<<<<
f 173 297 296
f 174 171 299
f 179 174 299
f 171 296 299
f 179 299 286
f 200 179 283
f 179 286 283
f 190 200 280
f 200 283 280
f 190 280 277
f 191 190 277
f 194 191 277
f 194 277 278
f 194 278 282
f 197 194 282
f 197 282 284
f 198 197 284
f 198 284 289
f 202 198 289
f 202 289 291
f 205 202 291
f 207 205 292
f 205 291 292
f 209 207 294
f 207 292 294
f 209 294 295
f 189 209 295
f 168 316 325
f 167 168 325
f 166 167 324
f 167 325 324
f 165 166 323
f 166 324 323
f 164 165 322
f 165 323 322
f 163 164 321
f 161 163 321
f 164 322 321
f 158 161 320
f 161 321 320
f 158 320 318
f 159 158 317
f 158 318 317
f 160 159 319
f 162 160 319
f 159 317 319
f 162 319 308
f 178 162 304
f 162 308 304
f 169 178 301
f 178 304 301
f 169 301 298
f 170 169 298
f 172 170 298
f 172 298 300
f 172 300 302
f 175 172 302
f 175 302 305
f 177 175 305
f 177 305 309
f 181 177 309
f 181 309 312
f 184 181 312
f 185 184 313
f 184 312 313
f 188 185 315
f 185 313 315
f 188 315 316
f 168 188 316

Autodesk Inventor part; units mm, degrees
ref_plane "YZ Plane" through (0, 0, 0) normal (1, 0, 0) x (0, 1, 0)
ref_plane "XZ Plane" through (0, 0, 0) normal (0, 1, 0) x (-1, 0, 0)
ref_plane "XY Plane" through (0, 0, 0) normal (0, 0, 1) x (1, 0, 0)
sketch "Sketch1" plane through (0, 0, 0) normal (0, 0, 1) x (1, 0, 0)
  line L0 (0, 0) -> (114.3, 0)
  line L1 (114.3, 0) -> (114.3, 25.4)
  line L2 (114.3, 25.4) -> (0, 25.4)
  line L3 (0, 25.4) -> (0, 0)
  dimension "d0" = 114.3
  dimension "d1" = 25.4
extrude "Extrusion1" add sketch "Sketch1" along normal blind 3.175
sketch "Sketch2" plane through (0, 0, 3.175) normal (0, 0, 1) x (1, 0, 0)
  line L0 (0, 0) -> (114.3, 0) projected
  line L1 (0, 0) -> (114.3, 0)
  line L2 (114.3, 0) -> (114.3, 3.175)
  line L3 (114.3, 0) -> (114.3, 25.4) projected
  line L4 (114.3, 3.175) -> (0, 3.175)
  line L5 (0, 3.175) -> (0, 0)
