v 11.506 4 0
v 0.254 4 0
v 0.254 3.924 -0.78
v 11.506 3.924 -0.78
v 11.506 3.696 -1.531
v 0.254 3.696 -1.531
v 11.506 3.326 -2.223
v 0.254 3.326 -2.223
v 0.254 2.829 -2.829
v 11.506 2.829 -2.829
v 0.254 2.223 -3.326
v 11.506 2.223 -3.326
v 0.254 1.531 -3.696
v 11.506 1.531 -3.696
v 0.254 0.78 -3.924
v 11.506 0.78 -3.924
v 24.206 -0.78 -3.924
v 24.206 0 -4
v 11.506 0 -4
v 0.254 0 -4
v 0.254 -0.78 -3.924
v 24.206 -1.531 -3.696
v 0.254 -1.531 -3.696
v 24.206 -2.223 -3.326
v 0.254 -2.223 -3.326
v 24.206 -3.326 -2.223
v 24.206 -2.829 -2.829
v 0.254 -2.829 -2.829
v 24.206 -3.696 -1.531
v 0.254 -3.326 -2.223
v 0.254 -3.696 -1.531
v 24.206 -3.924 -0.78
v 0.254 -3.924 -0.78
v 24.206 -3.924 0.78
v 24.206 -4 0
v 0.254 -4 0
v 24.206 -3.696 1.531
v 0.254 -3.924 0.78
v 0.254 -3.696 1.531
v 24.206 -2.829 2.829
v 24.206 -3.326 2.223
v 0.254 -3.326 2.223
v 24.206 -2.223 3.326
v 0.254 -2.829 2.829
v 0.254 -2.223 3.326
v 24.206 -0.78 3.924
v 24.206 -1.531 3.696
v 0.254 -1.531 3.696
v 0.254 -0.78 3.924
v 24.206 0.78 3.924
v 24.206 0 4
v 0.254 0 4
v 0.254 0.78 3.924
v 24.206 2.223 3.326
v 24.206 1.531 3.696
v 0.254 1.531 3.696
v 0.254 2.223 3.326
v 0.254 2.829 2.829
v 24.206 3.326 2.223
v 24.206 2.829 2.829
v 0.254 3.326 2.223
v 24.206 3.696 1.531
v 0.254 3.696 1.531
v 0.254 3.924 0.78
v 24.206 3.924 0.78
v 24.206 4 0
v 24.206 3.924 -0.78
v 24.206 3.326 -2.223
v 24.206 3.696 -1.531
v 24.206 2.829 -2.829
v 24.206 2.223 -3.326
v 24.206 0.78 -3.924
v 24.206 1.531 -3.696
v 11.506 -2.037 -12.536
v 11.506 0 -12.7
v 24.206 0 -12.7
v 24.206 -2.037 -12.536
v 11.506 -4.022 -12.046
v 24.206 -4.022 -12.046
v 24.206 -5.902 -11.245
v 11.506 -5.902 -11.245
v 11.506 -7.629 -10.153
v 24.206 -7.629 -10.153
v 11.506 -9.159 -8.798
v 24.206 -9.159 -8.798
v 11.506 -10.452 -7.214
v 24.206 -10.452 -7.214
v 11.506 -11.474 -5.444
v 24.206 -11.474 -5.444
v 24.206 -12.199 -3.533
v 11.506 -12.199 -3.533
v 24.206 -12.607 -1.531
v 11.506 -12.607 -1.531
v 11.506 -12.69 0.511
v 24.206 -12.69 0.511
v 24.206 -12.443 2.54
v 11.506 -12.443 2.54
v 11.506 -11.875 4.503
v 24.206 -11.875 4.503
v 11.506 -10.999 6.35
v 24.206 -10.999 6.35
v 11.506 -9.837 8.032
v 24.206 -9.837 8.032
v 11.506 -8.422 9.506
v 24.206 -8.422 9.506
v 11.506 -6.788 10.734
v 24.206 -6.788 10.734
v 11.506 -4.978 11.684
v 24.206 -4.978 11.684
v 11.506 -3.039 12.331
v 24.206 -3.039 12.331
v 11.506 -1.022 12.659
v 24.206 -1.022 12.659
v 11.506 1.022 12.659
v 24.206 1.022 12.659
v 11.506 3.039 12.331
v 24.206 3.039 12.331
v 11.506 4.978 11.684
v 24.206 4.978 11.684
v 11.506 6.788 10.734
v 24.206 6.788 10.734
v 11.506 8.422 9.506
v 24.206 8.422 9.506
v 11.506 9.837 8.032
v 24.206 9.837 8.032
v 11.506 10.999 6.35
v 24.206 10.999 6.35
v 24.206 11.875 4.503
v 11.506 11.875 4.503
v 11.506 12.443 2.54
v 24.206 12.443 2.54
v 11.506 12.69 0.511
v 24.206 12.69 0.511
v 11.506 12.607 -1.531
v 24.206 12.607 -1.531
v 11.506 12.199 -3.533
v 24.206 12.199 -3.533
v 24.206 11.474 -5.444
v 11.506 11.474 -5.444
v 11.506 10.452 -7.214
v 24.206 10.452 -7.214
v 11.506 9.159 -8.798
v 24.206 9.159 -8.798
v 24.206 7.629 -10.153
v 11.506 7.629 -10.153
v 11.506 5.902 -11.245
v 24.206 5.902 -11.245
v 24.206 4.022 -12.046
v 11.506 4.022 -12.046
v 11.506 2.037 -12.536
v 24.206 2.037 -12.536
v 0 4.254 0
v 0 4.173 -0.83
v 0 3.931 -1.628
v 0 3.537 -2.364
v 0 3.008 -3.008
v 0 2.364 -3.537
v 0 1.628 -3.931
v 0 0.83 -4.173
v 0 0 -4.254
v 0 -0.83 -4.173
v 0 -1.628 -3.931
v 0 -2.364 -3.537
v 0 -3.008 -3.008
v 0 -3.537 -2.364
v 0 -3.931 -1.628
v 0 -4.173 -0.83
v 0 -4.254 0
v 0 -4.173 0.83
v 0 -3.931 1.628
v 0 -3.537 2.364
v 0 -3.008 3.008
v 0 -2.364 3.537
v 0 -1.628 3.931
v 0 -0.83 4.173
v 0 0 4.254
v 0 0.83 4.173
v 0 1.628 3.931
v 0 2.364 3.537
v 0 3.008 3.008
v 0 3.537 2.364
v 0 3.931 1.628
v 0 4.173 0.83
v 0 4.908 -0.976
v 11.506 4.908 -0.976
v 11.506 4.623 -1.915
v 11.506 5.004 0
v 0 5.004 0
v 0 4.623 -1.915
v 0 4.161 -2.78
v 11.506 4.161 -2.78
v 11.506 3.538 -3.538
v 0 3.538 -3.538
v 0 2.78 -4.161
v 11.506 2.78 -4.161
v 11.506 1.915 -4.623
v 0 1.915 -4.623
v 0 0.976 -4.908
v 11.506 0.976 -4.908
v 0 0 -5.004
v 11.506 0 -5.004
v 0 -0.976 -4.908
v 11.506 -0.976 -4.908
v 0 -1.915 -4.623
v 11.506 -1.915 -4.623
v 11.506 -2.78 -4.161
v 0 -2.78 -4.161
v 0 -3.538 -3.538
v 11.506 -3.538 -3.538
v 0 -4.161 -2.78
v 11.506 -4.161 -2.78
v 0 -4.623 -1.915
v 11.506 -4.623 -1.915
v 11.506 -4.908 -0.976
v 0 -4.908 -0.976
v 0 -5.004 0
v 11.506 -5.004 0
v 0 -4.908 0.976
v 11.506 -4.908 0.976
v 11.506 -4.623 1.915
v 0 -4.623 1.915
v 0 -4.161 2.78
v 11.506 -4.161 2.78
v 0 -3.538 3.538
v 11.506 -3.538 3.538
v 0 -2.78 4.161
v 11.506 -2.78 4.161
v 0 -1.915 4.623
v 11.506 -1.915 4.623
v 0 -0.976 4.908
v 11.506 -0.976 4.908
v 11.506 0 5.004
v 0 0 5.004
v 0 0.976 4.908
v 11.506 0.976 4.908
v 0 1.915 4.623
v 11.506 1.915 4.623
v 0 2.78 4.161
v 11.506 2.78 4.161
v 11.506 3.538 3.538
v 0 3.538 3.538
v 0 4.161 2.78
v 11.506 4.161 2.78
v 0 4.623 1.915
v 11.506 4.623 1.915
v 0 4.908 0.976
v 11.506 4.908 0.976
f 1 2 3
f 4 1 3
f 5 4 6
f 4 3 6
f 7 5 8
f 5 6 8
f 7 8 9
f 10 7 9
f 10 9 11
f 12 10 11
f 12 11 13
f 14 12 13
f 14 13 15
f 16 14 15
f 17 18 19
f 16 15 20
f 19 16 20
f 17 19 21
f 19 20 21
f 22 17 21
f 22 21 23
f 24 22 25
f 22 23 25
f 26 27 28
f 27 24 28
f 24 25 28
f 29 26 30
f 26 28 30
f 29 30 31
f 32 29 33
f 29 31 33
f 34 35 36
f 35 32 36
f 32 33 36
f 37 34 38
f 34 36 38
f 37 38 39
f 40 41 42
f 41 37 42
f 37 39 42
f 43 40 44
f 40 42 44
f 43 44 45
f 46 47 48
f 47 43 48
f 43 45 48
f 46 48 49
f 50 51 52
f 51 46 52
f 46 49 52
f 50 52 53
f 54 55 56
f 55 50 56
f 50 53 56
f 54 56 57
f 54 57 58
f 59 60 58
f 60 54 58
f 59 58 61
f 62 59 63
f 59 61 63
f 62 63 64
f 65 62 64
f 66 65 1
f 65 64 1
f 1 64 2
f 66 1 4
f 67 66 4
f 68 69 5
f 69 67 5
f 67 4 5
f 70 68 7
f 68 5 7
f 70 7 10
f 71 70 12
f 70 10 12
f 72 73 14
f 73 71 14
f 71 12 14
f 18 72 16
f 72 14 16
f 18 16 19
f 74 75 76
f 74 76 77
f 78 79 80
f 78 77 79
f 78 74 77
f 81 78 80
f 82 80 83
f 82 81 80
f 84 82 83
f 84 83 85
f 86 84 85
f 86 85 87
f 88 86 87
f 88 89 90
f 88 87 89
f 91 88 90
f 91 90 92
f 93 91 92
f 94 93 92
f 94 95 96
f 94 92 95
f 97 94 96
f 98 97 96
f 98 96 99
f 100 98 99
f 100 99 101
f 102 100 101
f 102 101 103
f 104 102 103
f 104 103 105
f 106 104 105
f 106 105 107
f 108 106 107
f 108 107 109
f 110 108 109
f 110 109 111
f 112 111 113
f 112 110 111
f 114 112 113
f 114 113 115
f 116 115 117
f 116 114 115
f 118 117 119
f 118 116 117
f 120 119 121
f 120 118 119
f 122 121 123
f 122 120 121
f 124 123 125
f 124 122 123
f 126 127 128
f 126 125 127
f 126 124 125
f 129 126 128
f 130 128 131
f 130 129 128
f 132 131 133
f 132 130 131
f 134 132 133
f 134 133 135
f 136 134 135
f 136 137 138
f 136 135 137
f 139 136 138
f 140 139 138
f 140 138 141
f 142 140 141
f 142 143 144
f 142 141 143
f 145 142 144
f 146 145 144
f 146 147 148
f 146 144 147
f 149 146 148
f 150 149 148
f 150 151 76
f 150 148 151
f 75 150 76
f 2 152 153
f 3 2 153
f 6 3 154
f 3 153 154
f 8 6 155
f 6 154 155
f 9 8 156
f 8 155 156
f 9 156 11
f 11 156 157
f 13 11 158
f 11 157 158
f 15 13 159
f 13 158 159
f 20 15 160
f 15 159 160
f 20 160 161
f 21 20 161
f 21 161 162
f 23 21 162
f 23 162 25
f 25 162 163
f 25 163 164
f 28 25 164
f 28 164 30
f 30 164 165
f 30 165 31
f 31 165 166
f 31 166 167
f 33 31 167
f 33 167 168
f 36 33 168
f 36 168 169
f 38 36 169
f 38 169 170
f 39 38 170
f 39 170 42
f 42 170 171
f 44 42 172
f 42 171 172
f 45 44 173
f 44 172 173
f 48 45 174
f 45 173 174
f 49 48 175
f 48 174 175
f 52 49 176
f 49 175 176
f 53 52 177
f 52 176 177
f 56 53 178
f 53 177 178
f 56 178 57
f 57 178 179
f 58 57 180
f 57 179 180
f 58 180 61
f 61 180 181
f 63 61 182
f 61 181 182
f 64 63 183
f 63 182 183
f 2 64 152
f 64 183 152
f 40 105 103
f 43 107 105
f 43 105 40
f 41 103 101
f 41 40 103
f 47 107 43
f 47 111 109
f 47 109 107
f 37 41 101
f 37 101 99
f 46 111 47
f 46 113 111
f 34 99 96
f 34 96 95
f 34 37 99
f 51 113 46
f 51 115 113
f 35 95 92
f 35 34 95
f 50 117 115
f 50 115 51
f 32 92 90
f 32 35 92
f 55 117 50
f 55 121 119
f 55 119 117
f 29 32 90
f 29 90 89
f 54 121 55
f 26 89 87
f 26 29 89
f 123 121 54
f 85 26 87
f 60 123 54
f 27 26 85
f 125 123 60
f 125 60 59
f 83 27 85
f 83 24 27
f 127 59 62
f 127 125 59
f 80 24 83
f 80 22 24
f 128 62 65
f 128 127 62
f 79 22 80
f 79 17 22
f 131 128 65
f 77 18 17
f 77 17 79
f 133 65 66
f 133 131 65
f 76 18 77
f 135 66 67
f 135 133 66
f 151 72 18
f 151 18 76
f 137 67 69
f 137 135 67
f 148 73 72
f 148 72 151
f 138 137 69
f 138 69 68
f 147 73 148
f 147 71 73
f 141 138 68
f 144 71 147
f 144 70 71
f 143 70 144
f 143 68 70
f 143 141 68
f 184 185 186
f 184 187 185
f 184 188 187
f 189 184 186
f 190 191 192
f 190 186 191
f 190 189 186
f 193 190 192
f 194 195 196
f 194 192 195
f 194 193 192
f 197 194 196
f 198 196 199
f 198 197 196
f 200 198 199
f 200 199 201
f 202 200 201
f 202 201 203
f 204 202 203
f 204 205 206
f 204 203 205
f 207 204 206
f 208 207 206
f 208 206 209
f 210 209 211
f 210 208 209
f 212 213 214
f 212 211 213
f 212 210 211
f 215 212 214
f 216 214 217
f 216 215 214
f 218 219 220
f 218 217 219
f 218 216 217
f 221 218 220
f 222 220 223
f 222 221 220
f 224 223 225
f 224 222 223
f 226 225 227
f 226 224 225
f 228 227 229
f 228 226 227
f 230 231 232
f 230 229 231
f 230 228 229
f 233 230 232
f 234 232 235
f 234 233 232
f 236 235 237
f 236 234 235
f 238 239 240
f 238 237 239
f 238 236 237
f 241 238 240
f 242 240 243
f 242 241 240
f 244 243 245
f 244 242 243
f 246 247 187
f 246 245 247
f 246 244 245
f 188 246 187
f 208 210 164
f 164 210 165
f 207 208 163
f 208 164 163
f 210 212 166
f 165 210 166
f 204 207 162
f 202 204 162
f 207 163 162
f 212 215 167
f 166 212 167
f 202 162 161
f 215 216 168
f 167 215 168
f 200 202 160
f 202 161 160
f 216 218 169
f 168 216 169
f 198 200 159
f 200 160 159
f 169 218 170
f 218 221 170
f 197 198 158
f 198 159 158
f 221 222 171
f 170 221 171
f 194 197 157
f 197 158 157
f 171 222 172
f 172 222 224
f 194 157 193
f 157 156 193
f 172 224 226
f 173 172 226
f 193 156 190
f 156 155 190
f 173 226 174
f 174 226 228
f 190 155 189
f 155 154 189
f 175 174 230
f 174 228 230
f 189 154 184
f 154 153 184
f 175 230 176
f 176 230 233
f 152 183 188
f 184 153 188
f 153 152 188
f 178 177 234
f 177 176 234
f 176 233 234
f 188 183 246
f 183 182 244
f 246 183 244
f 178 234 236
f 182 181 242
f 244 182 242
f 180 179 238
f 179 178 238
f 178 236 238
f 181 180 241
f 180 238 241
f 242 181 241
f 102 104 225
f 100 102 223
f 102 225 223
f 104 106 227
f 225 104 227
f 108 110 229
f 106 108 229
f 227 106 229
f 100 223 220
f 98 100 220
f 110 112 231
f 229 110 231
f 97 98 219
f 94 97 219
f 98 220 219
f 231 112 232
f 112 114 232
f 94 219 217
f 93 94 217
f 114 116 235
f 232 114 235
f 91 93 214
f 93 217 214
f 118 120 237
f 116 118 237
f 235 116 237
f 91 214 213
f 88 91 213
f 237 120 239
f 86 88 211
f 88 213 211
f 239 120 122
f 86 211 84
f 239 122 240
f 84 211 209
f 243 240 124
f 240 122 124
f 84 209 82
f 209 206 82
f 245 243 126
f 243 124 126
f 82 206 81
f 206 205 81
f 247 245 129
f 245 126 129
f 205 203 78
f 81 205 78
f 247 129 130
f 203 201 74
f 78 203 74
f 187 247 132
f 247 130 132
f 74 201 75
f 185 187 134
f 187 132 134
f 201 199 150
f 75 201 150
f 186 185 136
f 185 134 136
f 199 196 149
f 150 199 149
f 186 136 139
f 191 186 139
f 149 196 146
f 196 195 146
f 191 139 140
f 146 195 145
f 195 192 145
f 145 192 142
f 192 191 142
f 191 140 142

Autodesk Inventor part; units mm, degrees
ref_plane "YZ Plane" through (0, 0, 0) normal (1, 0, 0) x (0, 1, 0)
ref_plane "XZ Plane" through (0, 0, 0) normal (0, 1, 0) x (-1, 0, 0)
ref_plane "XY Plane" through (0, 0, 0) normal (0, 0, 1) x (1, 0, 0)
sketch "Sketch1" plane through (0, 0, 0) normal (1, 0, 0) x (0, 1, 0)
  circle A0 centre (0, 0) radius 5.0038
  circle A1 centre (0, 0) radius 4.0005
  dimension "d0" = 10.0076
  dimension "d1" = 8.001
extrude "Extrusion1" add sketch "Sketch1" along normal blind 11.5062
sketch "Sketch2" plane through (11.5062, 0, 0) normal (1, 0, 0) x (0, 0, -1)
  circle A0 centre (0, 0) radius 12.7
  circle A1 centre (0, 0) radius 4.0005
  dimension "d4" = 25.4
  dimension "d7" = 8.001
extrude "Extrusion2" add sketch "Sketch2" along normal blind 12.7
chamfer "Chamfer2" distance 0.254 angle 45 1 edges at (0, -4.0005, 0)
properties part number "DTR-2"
>>>>
## Problem description:
Find the line with "f 196 195 146" in the material above. Reproduce it and each line after it up to and including the line with "f 191 140 142".

## Task result:
f 196 195 146
f 191 139 140
f 146 195 145
f 195 192 145
f 145 192 142
f 192 191 142
f 191 140 142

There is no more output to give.